True, the mercenary captain having a rare talent was unexpected, but it wasn’t lost on him that his soon to be in-law had seized on that to escape the question he’d asked about his betrothed. Something stunk!
“Say, Fernus!” he began jovially. “My Vast Heaven Palace is willing to give your Alliance one thousand escape tokens at a discounted price to help with your exploration of the mystic realm.”

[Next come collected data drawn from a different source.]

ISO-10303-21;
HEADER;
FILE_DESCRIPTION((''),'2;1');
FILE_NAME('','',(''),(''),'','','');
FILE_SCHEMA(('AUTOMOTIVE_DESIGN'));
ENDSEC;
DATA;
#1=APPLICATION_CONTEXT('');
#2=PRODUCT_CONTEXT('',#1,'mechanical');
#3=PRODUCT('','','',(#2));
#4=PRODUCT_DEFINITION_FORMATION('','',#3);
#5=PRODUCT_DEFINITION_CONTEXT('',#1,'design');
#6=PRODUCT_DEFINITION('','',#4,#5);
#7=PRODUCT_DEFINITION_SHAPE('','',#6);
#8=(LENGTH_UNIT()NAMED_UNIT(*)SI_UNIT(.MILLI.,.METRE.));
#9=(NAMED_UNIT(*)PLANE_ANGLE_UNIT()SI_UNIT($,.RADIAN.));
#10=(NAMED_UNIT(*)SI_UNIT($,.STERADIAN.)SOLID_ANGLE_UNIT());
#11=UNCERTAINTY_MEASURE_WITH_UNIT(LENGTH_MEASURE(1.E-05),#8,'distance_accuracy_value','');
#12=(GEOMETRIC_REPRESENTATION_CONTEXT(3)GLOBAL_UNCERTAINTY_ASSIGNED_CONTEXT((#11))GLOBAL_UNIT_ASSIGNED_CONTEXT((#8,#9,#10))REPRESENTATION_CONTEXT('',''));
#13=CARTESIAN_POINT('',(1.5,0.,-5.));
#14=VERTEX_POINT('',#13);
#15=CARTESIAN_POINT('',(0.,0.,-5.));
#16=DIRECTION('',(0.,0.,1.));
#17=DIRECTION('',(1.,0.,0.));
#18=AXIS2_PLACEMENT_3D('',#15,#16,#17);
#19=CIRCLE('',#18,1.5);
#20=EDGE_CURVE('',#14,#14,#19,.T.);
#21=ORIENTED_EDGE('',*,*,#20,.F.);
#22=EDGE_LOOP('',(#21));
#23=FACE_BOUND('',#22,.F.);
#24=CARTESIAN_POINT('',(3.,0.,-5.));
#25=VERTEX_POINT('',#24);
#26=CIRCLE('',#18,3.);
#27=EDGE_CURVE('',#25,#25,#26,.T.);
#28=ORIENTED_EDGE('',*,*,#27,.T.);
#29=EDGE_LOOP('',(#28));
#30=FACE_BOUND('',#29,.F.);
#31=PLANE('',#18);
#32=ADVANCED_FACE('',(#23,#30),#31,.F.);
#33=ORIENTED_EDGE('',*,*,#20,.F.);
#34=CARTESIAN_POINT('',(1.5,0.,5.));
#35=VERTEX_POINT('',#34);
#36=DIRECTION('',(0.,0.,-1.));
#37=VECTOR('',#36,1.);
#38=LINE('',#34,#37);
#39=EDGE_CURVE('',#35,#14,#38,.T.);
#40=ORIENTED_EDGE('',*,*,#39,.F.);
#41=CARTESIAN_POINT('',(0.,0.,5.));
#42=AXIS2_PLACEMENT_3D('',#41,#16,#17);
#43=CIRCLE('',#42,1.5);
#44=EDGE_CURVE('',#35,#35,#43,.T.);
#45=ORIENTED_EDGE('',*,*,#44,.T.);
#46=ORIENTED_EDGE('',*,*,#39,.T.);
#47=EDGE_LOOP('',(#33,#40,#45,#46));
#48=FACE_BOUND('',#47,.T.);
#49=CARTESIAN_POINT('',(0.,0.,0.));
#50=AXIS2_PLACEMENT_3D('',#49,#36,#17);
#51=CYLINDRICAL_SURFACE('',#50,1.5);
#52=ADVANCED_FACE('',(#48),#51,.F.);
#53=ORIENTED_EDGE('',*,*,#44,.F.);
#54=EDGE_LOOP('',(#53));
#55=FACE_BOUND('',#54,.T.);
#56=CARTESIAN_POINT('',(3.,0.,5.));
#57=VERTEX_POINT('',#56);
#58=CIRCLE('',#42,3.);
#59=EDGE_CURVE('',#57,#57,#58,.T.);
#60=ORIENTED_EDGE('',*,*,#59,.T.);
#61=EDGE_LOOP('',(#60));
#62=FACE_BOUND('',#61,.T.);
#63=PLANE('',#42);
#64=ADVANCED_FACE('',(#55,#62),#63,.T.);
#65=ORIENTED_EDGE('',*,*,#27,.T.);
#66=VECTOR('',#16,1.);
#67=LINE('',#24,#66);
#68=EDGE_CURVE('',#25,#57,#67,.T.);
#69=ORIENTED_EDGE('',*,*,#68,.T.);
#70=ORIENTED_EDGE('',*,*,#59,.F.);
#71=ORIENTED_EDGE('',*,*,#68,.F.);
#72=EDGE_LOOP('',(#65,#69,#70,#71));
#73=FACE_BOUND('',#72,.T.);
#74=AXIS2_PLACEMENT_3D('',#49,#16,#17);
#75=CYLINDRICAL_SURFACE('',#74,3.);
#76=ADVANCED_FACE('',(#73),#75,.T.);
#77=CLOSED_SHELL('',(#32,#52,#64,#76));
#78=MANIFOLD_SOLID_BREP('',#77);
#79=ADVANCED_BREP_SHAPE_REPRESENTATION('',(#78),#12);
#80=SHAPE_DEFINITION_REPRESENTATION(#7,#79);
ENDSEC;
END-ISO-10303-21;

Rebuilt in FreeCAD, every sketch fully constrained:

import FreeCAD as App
import Part
import Sketcher
from FreeCAD import Vector

doc = App.newDocument("Part")
params = doc.addObject("Spreadsheet::Sheet", "Params")
for row, (alias, value) in enumerate([
    ("sketch1_diameter", "6 mm"),
    ("sketch1_diameter2", "3 mm"),
    ("pad1_length", "10 mm"),
], start=1):
    params.set(f"A{row}", alias)
    params.set(f"B{row}", "=" + value)
    params.setAlias(f"B{row}", alias)

body = doc.addObject("PartDesign::Body", "Body")

sketch1 = body.newObject("Sketcher::SketchObject", "Sketch")
sketch1.AttachmentSupport = (doc.getObject("XY_Plane"), [""])
sketch1.MapMode = "FlatFace"
sketch1.addGeometry(Part.Circle(Vector(0, 0, 0), Vector(0, 0, 1), 3), False)
sketch1.addGeometry(Part.Circle(Vector(0, 0, 0), Vector(0, 0, 1), 1.5), False)
sketch1.addConstraint(Sketcher.Constraint("Coincident", 0, 3, -1, 1))
sketch1.addConstraint(Sketcher.Constraint("Coincident", 1, 3, -1, 1))
sketch1.addConstraint(Sketcher.Constraint("Diameter", 0, 6.0))
sketch1.addConstraint(Sketcher.Constraint("Diameter", 1, 3.0))
sketch1.setExpression("Constraints[2]", "Params.sketch1_diameter")
sketch1.setExpression("Constraints[3]", "Params.sketch1_diameter2")
pad1 = body.newObject("PartDesign::Pad", "Pad")
pad1.Profile = sketch1
pad1.setExpression("Length", "Params.pad1_length")
pad1.Midplane = True

doc.recompute()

“One t-th-THOUSAND?” the man spluttered. “That’s a hundred thousand essence stones.”
Dunstan’s eyes narrowed. The Jade Dragon Row controlled a significant portion of the internal trade in the region and had a virtual monopoly on many speciality goods. A hundred thousand wasn’t a sum that should be cause for concern. Still, he persisted.
“For you, our staunch allies? We’ll take twenty per cent off”, he added.
“How generous of you”, acknowledged Fernus with a false smile. “However, those tokens will be wasted on us. We couldn’t possibly use half that many.”
“Oh!” Dunstan exclaimed with fake cheer. “How about a shop like we’re offering the Treasure Pavilion?”
The response to this was in the same line as the others. “Oh no! We couldn’t possibly accept that.”
“But what if we gave you the mystic realm, free of charge?”
By this point, the man realised he was being had. He turned to face Dunstan with a frown.
“AH!” the young palace master exclaimed softly. “I was wondering when that mask would drop. Mind telling me why your sect is pulling away?”
It was the only thing that made sense. Why else would one of their closest allies act this way?
“I like you, Dunstan! You’re a good lad, but right now, your Vast Heaven Palace might as well be poison. The Phantoms are strengthening their hold. That means harassing those they think are allied with you.”
“…those they think…” Dunstan repeated in stunned disbelief. The mask really dropped. Further than he thought too.
The other man realised what he had said and grimaced before trying to backpedal. “I meant…”
Dunstan, meanwhile, was furious. He wasn’t the only one. A subtle pressure fell on the area, like ozone build-up before a storm.
Dunstan discarded all pretences of civility. “Is the Jade Dragon Row planning to break The Compact?” The threat hung in the air like a guillotine. Armed and ready.
‘Uncle’ Fernus panicked. “OF COURSE NOT!” He whisper-yelled, looking about him for the people he knew were watching, right hand clutching something in his robes.
“I see!” Dunstan said. He sat back in his chair, staring the man down in a way only someone with power over his life and death could.